2. In general we would go with Solr for the search index because of we have experience with it, because of its documentation, because of it distributed features and because it is mature.
3. As of 2012 vivosearch.org uses Drupal and solrsearch javascript libraries. The js libraries allow the development of the search UI with only client side interaction ( https://github.com/evolvingweb/ajax-solr ).
   
   • This choice could be revisited for the multi-site VIVO search project. 
4. In order to scale the process out we were planing to use Hadoop to manage parallel tasks . and to run the indexing jobs on a set VMs setup as Hadoop nodes.
   
   • Many approaches to the problem of indexing linked data from VIVO sites would be embarrassingly paralleled.

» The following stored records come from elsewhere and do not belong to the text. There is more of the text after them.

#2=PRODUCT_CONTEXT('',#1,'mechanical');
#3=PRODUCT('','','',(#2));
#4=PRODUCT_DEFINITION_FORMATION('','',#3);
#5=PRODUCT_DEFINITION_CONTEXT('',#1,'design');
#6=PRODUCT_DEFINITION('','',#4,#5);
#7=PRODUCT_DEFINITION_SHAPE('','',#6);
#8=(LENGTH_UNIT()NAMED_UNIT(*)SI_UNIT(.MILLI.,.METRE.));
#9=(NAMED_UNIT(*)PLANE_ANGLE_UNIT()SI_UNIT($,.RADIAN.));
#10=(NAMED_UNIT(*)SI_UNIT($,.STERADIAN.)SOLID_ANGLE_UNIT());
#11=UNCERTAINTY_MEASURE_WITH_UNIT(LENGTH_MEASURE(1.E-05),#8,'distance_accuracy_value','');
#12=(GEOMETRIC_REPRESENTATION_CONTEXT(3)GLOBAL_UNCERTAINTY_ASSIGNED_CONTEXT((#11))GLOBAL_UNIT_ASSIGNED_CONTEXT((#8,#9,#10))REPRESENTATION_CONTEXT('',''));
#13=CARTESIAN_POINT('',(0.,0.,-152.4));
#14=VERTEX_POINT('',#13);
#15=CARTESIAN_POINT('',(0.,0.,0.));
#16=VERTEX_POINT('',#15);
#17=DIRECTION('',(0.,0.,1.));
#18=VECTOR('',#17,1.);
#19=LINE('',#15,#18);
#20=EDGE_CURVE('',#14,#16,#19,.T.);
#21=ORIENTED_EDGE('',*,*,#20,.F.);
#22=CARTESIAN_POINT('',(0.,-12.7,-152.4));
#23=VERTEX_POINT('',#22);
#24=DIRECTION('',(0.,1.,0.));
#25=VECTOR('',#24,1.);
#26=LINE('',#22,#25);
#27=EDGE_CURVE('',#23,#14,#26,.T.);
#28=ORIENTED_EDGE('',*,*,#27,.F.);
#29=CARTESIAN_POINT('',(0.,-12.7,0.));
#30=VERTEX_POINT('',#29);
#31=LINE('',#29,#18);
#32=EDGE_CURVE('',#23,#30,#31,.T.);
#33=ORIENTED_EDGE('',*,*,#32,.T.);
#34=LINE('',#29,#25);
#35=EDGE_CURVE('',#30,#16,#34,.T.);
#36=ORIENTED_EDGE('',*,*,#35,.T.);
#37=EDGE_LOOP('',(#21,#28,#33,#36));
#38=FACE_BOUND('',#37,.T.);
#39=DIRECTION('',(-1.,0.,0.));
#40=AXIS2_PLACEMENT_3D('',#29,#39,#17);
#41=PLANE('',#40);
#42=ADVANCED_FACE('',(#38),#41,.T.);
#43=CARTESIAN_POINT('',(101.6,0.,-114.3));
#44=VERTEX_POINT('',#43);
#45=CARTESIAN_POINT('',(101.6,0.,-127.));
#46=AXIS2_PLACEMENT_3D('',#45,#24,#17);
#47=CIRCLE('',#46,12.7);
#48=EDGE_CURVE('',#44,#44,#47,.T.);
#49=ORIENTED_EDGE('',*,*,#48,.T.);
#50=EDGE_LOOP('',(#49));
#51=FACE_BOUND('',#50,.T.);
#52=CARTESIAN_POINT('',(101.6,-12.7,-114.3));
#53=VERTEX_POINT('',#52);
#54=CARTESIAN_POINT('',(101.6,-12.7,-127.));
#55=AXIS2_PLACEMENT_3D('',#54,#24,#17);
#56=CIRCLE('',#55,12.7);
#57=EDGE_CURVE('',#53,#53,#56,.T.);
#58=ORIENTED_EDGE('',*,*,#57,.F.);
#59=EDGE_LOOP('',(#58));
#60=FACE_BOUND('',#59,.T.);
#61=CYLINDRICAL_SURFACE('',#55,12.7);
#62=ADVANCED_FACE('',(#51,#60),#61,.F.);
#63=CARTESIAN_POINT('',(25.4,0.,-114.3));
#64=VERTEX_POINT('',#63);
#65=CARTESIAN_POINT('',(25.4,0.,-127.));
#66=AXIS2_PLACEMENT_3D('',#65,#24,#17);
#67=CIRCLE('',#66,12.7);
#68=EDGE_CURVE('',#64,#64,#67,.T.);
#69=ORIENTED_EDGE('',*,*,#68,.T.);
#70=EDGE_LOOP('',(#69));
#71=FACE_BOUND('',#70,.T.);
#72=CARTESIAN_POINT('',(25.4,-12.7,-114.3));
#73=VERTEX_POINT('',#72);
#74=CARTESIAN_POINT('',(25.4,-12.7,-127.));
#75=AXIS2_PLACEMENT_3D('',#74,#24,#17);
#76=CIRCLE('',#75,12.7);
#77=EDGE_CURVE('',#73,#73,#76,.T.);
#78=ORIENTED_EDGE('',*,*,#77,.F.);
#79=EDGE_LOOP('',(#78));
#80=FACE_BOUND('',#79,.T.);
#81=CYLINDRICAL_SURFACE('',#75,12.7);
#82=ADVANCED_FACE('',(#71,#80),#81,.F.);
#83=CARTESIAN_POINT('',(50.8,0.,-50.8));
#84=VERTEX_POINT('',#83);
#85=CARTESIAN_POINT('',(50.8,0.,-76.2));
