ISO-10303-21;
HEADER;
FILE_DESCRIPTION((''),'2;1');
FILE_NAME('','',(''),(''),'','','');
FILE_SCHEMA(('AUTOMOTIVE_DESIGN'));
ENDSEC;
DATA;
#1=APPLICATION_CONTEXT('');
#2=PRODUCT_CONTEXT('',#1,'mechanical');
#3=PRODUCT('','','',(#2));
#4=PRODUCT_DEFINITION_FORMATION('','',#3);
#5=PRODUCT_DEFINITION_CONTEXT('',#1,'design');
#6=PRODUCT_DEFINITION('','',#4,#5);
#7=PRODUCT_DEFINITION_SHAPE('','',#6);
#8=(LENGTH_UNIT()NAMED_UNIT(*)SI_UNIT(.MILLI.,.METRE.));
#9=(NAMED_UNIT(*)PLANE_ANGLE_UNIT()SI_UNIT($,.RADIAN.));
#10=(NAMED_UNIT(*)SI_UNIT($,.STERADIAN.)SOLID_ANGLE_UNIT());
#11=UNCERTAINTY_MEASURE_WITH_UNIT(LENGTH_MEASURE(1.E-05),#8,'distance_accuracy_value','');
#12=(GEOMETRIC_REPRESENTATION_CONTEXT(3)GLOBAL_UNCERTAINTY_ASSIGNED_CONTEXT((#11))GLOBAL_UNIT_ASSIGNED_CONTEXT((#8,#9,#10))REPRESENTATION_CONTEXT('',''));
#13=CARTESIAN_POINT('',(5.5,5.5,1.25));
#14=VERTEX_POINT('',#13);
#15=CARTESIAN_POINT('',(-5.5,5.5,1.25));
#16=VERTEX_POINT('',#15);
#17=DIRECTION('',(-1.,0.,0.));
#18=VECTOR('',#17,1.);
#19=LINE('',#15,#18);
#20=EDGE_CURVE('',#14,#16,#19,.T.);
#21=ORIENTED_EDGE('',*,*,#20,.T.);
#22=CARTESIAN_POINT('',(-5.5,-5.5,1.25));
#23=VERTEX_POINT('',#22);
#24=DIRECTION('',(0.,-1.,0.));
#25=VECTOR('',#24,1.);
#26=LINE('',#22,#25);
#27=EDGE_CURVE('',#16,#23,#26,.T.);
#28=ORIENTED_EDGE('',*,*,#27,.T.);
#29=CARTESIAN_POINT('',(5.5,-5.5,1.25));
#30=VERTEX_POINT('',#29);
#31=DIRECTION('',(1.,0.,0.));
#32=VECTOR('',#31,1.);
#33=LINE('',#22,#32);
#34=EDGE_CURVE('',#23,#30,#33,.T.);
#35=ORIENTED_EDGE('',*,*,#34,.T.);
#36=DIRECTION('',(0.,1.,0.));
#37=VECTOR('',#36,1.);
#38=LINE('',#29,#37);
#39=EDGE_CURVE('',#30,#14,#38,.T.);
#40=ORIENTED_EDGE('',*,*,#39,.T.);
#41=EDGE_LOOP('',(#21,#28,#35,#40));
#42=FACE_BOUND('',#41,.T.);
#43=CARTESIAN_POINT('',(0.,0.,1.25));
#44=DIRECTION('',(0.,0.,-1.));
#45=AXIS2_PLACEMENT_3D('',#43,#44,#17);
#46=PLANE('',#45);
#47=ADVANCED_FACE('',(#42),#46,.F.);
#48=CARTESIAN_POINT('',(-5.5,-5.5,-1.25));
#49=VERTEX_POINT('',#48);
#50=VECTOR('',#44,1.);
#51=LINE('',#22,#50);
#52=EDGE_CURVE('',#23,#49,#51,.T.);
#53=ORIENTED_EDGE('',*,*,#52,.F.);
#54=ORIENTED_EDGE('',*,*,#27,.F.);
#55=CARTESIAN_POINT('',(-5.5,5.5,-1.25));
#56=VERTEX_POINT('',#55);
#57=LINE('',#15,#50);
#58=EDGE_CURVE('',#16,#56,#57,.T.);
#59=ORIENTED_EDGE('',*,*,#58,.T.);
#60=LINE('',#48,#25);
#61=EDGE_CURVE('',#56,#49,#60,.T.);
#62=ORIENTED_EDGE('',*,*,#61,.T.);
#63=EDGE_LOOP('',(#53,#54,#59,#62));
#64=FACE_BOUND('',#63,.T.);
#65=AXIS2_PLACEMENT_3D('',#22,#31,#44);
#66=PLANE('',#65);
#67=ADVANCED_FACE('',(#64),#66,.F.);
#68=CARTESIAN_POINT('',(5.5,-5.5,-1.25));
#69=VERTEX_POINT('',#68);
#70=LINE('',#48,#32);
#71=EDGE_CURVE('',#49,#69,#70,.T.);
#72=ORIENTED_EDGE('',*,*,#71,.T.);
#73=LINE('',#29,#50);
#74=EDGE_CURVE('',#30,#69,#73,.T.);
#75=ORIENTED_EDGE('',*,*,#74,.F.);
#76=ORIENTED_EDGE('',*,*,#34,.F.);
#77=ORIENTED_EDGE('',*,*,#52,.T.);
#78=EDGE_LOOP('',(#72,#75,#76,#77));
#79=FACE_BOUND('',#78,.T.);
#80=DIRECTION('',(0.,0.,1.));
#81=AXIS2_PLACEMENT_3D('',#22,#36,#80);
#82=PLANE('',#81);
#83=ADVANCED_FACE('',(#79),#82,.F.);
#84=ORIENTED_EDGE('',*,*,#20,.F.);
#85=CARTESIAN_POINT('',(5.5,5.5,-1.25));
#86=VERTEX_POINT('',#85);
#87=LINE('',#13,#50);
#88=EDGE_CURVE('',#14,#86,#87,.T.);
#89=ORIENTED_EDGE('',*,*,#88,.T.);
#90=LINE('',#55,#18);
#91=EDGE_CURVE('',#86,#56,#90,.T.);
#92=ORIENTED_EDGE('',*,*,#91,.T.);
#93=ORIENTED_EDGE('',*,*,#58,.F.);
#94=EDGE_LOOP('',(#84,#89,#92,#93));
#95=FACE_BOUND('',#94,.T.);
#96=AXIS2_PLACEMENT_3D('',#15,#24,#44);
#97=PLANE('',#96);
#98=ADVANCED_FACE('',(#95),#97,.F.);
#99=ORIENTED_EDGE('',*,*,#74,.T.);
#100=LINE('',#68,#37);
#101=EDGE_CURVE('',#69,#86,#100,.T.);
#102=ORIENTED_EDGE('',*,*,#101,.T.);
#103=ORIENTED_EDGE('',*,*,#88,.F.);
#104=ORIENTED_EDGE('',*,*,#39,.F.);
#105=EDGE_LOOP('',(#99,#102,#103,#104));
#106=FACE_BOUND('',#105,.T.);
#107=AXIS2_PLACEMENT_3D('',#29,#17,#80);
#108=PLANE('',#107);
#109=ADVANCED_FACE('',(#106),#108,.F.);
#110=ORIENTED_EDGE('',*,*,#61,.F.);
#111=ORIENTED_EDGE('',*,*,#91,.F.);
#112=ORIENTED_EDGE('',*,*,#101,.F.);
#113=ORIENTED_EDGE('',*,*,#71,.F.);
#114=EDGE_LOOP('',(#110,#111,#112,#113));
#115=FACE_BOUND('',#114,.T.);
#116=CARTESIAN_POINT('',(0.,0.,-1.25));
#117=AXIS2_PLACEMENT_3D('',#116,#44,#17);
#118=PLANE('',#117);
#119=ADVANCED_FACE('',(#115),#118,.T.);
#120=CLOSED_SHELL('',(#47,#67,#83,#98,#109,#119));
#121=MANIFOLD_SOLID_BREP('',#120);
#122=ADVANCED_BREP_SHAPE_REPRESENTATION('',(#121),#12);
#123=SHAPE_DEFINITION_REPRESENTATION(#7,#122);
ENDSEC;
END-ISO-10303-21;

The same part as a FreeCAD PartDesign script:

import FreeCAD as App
import Part
import Sketcher

V = App.Vector


def add_polygon(sketch, points):
    """Adds a closed chain of lines whose ends are joined by coincident constraints."""
    first, n = sketch.GeometryCount, len(points)
    for a, b in zip(points, points[1:] + points[:1]):
        sketch.addGeometry(Part.LineSegment(App.Vector(*a, 0), App.Vector(*b, 0)), False)
    for i in range(n):
        sketch.addConstraint(Sketcher.Constraint("Coincident", first + i, 2, first + (i + 1) % n, 1))

doc = App.newDocument("Part")
body = doc.addObject("PartDesign::Body", "Body")

# Sketch on XY plane
sketch1 = body.newObject("Sketcher::SketchObject", "Sketch")
sketch1.AttachmentSupport = (doc.getObject("XY_Plane"), [""])
sketch1.MapMode = "FlatFace"
add_polygon(sketch1, [(-5.5, 5.5), (-5.5, -5.5), (5.5, -5.5), (5.5, 5.5)])  # lines 0-3
sketch1.addConstraint(Sketcher.Constraint("Vertical", 0))
sketch1.addConstraint(Sketcher.Constraint("Horizontal", 1))
sketch1.addConstraint(Sketcher.Constraint("Vertical", 2))
sketch1.addConstraint(Sketcher.Constraint("Horizontal", 3))
sketch1.addConstraint(Sketcher.Constraint("Symmetric", 0, 2, 2, 2, -1, 1))
sketch1.addConstraint(Sketcher.Constraint("Equal", 3, 0))
sketch1.addConstraint(Sketcher.Constraint("DistanceX", 1, 1, 1, 2, 11.0))
pad1 = body.newObject("PartDesign::Pad", "Pad")
pad1.Profile = sketch1
pad1.Length = 2.5
pad1.Midplane = True

doc.recompute()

   • Brian Caruso Cornell has worked with RDF indexing to Solr on Hadoop clusters on Eucalyptus clouds.
     
   • Consider using a IaaS abstraction layer such as jclouds, apache libcloud or overmind. These allow developing against an interface which can then target many different cloud service providers. The primary goal of this would be to avoid lock in to one cloud provider.
     

Notes

• HTTP for retrieving RDF, yes
• What is the adoption of SPARQL in the community
• It may be nice to demonstrate that a SPARQL endpoint is not needed to enable interesting results
• Solr, seems reasonable for now
  
  • Considering having Solr in one place versus distributed Solr (master/slaves)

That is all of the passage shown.